This is an FYI for those using org-babel-R with grid-based graphical 
systems.

The documentation for org-babel-R says, "If a :file filename.ext header 
arg is provided to an R block, then graphical output from the source 
block is captured on disk, and the output of the source block is a link 
to the resulting file".

This is true for traditional R graphics, but needs a modifier for 
grid-based R graphics, e.g., the lattice and ggplot2 packages.

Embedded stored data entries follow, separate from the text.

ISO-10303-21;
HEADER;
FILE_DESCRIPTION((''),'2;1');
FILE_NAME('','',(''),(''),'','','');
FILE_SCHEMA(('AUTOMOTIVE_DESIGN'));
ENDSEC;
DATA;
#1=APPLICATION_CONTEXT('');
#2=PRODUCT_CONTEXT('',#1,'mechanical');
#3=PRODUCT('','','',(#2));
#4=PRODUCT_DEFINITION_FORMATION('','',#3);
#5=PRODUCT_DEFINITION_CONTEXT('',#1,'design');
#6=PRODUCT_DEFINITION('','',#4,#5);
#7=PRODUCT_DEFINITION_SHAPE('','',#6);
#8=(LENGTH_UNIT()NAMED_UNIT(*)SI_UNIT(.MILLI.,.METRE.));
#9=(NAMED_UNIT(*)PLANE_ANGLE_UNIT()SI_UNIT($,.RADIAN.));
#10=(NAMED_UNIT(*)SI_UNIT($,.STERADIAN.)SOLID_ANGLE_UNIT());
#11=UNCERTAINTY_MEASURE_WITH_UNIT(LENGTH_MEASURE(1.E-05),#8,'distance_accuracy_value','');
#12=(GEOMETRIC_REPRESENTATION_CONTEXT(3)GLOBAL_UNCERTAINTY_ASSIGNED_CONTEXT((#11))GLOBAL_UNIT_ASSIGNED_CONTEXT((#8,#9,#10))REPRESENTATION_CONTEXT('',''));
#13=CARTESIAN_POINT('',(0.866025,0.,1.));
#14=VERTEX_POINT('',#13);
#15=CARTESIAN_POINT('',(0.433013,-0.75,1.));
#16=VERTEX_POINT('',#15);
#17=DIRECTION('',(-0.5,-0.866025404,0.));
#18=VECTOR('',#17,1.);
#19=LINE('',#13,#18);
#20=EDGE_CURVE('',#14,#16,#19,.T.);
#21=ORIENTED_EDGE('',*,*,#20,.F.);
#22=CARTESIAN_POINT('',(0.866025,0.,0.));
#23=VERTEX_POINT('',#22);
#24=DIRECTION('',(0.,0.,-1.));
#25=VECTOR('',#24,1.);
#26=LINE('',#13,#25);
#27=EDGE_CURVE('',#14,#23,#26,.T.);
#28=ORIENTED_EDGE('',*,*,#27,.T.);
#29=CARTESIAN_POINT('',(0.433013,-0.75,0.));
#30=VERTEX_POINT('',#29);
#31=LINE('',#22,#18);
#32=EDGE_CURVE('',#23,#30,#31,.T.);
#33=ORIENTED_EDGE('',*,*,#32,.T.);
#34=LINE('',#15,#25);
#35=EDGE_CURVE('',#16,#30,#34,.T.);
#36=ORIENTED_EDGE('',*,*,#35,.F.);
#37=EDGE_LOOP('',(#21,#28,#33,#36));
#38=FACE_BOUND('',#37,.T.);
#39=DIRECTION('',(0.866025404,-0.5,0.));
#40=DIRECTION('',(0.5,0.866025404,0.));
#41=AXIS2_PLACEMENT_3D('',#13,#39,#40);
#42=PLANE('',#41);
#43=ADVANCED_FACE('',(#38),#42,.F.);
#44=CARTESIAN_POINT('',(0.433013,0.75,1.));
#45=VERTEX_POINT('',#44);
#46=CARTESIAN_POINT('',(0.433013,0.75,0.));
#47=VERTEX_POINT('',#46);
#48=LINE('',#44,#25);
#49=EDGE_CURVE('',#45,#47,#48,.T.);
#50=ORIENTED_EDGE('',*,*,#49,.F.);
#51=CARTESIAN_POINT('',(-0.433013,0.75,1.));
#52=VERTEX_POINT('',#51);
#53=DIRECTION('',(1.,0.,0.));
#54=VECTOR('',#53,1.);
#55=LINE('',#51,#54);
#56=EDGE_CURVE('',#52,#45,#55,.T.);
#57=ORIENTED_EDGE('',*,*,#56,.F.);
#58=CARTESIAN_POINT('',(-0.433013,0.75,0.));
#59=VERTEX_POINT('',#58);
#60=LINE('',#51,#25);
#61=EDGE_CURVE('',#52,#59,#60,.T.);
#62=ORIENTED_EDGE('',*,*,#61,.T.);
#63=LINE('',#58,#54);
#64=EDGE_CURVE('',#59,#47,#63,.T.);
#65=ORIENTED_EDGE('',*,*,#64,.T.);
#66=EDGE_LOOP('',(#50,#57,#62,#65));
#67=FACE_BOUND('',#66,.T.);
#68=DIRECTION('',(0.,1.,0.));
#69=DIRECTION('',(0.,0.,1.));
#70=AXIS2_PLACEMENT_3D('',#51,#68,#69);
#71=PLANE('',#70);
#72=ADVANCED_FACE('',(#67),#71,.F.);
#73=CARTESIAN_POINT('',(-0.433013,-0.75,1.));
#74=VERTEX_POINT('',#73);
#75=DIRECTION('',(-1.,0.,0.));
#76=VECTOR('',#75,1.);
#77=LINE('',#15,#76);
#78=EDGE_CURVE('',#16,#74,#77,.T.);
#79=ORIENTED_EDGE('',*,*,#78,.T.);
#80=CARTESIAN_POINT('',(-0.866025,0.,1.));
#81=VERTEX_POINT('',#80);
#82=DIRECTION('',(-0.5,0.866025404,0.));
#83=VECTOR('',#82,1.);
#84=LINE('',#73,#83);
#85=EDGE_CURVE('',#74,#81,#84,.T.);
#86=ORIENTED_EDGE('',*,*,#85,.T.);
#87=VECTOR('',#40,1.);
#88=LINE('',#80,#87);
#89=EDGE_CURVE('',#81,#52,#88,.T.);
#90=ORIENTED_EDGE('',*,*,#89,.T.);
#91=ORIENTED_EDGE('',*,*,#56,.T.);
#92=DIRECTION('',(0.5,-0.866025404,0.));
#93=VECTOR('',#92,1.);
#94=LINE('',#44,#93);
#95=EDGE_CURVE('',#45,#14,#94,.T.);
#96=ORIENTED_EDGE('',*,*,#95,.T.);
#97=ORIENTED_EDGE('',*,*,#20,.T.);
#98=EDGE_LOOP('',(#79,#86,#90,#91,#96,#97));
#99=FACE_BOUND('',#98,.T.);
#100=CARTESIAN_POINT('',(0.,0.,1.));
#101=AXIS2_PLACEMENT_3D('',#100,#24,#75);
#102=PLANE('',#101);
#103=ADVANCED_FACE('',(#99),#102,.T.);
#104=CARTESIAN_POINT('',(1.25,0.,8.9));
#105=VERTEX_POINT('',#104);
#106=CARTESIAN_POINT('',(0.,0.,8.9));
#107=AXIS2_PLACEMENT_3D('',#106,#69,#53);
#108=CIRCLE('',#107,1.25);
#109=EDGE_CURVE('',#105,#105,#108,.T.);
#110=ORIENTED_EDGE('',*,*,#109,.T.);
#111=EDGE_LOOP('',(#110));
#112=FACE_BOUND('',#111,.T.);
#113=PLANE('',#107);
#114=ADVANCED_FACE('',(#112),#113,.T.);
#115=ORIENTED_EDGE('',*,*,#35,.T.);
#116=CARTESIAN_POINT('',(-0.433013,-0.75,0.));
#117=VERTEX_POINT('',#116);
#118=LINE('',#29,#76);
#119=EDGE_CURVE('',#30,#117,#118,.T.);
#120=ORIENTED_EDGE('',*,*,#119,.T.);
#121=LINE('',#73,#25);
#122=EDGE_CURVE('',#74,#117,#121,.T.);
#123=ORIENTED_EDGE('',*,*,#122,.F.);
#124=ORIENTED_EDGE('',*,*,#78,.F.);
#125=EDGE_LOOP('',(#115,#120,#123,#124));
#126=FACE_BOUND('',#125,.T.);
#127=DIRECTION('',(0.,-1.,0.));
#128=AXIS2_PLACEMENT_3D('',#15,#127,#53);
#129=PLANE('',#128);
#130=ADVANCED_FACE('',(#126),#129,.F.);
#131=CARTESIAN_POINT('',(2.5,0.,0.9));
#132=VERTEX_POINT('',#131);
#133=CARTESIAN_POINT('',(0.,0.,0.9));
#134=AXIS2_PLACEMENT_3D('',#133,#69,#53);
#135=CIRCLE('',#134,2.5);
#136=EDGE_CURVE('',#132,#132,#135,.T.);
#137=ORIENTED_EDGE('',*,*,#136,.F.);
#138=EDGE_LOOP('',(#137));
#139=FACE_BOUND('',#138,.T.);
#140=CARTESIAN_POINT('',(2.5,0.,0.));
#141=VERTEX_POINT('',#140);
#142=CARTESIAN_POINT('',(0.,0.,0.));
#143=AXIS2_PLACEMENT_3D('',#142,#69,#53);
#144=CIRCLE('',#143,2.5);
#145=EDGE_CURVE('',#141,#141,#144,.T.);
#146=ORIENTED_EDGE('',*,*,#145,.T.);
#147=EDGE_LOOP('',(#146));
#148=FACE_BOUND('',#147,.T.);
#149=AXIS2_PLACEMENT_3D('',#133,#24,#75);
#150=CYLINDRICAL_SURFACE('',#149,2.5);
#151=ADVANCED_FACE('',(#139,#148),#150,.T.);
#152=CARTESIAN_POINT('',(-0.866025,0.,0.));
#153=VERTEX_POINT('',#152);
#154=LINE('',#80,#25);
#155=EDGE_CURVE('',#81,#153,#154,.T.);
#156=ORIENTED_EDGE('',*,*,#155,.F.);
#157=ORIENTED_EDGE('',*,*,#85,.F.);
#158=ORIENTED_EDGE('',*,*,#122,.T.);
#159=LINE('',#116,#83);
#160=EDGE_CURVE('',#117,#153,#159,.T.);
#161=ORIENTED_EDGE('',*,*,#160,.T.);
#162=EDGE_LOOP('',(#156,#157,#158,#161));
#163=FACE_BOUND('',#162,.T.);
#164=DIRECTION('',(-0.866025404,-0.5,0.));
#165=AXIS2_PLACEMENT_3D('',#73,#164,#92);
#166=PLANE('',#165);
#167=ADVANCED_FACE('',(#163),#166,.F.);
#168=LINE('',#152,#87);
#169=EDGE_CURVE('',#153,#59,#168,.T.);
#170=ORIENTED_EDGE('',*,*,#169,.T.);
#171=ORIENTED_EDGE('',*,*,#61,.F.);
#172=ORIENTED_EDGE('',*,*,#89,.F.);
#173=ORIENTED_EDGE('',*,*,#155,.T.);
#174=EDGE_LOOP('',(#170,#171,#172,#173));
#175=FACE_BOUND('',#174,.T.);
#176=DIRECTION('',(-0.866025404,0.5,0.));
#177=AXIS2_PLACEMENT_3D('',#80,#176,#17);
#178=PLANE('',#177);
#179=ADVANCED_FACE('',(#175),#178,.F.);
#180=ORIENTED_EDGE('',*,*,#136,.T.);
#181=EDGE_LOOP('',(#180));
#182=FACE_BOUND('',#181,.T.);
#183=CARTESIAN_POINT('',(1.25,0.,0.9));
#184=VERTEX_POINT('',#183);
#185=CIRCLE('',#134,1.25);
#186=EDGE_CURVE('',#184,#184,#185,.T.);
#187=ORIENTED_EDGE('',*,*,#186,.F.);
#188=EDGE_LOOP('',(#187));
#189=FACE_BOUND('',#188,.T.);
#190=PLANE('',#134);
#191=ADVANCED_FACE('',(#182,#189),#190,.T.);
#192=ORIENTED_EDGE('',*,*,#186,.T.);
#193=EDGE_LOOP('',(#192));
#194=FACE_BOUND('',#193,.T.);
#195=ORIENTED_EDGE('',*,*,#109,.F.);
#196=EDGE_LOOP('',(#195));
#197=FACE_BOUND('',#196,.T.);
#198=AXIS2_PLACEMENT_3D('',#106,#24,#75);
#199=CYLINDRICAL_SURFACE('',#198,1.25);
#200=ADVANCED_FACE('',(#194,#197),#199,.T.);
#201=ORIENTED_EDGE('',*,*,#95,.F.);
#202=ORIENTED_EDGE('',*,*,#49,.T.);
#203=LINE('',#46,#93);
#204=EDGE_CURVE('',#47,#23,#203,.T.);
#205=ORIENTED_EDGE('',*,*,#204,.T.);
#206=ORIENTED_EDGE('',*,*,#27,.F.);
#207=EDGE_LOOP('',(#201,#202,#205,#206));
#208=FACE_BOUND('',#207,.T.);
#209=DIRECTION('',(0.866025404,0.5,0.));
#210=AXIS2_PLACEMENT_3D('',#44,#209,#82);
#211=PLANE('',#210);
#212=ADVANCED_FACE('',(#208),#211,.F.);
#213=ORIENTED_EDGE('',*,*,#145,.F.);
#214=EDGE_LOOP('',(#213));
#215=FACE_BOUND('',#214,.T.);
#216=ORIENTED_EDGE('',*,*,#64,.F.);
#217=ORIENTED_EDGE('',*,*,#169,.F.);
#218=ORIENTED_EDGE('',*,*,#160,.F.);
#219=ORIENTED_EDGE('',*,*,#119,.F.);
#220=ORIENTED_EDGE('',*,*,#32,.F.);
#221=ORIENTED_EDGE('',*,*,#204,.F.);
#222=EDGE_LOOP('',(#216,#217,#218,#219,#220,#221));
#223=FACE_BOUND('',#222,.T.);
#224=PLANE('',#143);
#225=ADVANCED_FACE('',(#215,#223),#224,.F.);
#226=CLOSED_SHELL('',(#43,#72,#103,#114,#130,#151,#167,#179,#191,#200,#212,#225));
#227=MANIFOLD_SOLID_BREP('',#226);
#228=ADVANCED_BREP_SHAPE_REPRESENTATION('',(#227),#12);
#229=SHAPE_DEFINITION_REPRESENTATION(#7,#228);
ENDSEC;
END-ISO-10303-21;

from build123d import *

# Parameters (mm, degrees)
SKETCH_1_R          = 2.5
EXTRUDE_1_DEPTH     = 0.9
SKETCH_2_R          = 1.25
EXTRUDE_2_DEPTH     = 8
CUT_EXTRUDE_1_DEPTH = 1


with BuildPart() as part:
    # 草图1 → 凸台-拉伸1 (new body)
    with BuildSketch(Plane.XY):
        Circle(SKETCH_1_R)
    extrude(amount=EXTRUDE_1_DEPTH)

    # 草图2 → 凸台-拉伸2 (add)
    with BuildSketch(Plane.XY.offset(0.9)):
        Circle(SKETCH_2_R)
    extrude(amount=EXTRUDE_2_DEPTH)

    # 草图3 → 切除-拉伸1 (cut)
    with BuildSketch(Plane(origin=(0, 0, 0), x_dir=(-1, 0, 0), z_dir=(0, 0, -1))):
        Polygon((0.866025404, 0), (0.433012702, 0.75), (-0.433012702, 0.75), (-0.866025404, 0), (-0.433012702, -0.75), (0.433012702, -0.75), align=None)
    extrude(amount=-CUT_EXTRUDE_1_DEPTH, mode=Mode.SUBTRACT)


solid = part.part
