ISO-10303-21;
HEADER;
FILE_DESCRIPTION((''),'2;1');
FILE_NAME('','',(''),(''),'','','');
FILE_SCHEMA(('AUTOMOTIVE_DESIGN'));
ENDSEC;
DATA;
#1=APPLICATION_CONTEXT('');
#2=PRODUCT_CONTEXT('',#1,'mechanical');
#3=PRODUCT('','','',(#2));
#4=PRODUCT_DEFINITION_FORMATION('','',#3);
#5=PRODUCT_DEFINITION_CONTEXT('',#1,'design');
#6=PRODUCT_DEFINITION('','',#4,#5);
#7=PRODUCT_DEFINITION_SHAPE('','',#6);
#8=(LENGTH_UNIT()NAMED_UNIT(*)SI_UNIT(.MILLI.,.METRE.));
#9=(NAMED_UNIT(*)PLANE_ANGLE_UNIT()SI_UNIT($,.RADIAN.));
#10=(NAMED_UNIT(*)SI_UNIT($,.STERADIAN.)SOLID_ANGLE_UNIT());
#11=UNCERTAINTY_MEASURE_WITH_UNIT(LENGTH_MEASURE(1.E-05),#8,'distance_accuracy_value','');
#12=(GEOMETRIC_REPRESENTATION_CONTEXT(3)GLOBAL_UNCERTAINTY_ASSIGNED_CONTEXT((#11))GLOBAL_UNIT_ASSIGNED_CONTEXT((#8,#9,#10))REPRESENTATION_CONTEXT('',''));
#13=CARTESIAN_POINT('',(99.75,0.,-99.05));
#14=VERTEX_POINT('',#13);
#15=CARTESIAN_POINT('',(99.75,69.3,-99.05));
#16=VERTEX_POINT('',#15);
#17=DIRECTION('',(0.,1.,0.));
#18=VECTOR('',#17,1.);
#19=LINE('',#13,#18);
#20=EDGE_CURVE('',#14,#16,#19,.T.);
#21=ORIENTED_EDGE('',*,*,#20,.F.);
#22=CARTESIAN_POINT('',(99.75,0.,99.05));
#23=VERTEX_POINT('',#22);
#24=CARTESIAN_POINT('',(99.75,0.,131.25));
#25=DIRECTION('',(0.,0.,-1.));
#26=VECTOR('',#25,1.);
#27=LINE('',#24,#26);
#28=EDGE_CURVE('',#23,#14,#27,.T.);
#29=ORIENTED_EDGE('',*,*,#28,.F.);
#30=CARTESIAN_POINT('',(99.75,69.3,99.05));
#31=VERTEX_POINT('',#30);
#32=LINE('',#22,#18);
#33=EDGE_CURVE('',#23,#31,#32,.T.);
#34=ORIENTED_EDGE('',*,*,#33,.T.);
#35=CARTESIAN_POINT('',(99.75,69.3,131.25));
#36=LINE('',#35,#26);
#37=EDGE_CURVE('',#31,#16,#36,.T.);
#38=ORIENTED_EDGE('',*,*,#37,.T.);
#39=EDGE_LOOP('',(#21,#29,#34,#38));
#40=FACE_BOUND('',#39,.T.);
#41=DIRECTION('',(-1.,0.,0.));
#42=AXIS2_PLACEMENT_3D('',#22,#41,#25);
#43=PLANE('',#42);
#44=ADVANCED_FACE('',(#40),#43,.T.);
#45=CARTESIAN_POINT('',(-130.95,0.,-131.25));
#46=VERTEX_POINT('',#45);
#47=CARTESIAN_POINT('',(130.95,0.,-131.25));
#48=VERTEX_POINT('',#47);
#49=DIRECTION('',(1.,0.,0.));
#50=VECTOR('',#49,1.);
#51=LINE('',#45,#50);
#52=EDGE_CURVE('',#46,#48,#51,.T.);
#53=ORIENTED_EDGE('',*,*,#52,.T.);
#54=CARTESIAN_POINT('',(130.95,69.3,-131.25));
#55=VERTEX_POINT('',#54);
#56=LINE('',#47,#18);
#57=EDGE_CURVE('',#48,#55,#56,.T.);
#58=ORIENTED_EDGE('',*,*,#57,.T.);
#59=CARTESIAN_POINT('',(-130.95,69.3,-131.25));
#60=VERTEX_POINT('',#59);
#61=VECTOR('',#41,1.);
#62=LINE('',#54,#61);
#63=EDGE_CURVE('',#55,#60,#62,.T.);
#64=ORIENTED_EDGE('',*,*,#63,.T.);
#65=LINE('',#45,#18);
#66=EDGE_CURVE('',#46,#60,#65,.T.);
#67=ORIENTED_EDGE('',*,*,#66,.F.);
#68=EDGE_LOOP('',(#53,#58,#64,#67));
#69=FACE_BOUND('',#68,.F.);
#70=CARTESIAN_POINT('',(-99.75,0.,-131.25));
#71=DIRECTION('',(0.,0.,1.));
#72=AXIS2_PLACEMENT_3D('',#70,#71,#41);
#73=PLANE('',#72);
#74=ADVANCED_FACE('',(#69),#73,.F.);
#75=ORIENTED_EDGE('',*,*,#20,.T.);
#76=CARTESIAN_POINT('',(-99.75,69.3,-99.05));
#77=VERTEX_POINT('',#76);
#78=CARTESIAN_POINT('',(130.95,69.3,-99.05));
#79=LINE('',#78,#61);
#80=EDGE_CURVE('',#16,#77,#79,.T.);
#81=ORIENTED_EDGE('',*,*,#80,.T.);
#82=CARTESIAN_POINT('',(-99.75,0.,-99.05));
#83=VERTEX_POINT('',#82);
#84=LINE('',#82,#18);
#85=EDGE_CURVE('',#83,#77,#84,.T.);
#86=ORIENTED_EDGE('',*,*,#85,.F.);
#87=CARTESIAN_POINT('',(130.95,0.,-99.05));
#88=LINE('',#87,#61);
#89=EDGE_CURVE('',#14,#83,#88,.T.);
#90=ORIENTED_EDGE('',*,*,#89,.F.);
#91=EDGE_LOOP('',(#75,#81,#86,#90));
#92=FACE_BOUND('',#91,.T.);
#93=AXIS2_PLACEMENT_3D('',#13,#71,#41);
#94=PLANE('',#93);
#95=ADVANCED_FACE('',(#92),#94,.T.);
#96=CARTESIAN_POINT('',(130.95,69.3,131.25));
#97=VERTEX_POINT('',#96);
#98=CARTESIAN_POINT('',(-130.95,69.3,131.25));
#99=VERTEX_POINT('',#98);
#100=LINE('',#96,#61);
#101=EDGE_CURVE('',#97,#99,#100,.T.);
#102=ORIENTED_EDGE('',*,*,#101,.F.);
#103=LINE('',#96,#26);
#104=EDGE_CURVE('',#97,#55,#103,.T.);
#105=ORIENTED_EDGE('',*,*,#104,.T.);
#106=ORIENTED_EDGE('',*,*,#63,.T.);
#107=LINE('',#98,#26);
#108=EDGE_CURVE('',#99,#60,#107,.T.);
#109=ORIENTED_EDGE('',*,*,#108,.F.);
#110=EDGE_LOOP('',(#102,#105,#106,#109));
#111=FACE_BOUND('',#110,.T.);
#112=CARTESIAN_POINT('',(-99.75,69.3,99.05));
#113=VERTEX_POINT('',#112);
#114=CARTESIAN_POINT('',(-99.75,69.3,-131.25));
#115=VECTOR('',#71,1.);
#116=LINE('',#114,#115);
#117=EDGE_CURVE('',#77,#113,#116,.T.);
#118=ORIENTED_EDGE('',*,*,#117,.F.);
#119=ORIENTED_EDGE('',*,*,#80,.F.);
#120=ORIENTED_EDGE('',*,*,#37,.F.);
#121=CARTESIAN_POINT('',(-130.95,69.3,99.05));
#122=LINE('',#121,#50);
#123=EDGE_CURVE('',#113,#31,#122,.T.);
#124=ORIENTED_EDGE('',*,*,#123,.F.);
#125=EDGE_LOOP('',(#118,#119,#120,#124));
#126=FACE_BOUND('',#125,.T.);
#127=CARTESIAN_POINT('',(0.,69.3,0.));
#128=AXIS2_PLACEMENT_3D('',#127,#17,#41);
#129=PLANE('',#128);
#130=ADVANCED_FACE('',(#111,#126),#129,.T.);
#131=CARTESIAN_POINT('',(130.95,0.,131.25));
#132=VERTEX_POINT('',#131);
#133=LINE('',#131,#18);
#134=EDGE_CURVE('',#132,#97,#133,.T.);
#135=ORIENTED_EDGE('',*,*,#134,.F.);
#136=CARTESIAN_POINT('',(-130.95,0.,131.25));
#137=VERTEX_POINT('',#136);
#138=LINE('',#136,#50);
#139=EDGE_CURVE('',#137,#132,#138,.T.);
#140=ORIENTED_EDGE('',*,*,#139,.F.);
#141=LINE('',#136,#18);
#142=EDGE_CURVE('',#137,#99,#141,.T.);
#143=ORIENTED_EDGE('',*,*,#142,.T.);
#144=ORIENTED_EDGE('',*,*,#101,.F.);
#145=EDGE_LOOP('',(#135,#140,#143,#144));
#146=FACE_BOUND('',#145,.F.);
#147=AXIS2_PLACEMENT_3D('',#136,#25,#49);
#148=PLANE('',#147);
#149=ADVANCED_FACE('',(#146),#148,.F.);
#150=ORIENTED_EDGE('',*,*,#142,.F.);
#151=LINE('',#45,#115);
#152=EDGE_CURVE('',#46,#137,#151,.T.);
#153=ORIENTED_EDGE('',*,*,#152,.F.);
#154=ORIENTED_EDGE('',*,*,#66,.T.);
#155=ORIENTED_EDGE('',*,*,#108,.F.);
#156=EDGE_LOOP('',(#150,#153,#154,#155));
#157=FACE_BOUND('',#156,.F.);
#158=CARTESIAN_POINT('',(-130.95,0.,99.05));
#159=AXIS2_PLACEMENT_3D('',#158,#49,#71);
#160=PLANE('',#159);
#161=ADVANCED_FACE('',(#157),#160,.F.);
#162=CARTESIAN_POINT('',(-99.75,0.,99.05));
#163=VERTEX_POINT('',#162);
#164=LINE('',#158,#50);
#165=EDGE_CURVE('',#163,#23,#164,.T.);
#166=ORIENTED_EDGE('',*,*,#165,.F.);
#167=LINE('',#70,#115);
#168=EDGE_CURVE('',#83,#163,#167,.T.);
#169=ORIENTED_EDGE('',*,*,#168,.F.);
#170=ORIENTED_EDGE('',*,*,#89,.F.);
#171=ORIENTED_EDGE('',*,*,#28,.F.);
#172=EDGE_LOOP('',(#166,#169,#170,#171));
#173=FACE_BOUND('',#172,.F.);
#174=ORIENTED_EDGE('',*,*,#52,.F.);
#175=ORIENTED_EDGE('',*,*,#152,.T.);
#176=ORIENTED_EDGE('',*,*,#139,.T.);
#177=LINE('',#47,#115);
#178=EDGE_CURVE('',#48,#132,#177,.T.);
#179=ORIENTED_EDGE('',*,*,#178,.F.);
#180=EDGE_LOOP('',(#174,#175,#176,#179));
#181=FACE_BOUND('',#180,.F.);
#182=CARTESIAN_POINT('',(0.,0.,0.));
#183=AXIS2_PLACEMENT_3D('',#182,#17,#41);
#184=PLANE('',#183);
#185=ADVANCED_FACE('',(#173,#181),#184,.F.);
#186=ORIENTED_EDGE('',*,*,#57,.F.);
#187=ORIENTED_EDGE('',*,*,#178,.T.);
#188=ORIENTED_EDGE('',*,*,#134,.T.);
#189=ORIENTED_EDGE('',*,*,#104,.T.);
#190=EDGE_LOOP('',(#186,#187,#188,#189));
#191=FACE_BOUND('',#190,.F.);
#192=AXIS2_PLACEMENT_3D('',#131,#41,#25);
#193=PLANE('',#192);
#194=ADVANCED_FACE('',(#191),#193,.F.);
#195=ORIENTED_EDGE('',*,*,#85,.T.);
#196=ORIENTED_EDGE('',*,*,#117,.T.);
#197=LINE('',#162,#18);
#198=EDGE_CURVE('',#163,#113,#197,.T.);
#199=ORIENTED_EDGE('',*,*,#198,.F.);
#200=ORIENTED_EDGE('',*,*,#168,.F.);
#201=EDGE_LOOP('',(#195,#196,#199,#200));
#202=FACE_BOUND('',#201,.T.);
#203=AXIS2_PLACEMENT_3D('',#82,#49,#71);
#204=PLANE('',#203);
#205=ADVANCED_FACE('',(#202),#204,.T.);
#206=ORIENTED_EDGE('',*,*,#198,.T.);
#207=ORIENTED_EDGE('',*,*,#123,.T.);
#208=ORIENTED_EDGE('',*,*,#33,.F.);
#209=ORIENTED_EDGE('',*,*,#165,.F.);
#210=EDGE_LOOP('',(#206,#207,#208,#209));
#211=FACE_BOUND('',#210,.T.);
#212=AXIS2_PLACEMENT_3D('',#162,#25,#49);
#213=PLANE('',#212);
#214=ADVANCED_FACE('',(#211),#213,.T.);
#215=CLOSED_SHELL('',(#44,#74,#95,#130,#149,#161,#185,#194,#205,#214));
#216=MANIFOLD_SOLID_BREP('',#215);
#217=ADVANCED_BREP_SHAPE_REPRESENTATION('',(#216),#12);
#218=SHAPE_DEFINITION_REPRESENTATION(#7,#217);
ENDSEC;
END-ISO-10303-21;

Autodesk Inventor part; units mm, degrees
ref_plane "YZ Plane" through (0, 0, 0) normal (1, 0, 0) x (0, 1, 0)
ref_plane "XZ Plane" through (0, 0, 0) normal (0, 1, 0) x (-1, 0, 0)
ref_plane "XY Plane" through (0, 0, 0) normal (0, 0, 1) x (1, 0, 0)
sketch "Esboço1" plane through (0, 0, 0) normal (0, 1, 0) x (-1, 0, 0)
  line L0 (130.95, 131.25) -> (-130.95, 131.25)
  line L1 (-130.95, 131.25) -> (-130.95, -131.25)
  line L2 (-130.95, -131.25) -> (130.95, -131.25)
  line L3 (130.95, -131.25) -> (130.95, 131.25)
  line L4 (130.95, 131.25) -> (-130.95, -131.25) construction
  line L5 (-130.95, 131.25) -> (130.95, -131.25) construction
  line L6 (130.95, 99.05) -> (-130.95, 99.05)
  line L7 (-130.95, -99.05) -> (130.95, -99.05)
  line L8 (-99.75, 131.25) -> (-99.75, -131.25)
  line L9 (99.75, -131.25) -> (99.75, 131.25)
  point P0 (0, 0)
  point P1 (99.75, -99.05)
  point P2 (99.75, 99.05)
  point P3 (-99.75, 99.05)
  point P4 (-99.75, -99.05)
  dimension "d0" = 261.9
  dimension "d1" = 262.5
  dimension "d2" = 32.2
  dimension "d3" = 32.2
  dimension "d4" = 31.2
  dimension "d5" = 31.2
extrude "Extrusão1" add sketch "Esboço1" along normal blind 69.3
extrude "Extrusão2" cut sketch "Esboço1" along normal blind 69.3 contours L9 L7 L8 L6
properties part number "NinhoColmeia"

The graphics functions from lattice and ggplot2 return objects that must 
be explicitly printed to see them, using the print function.  This 
happens automatically when run interactively, e.g. :session, but when 
called inside another function, it does not.  The way :results value is 
defined to operate, my device and ggplot2 function calls are wrapped in 
a 'main' function, and unless I specifically print the object, no output 
is produced.

Another solution is to use :results output in those source headers that 
produce graphical output from these packages.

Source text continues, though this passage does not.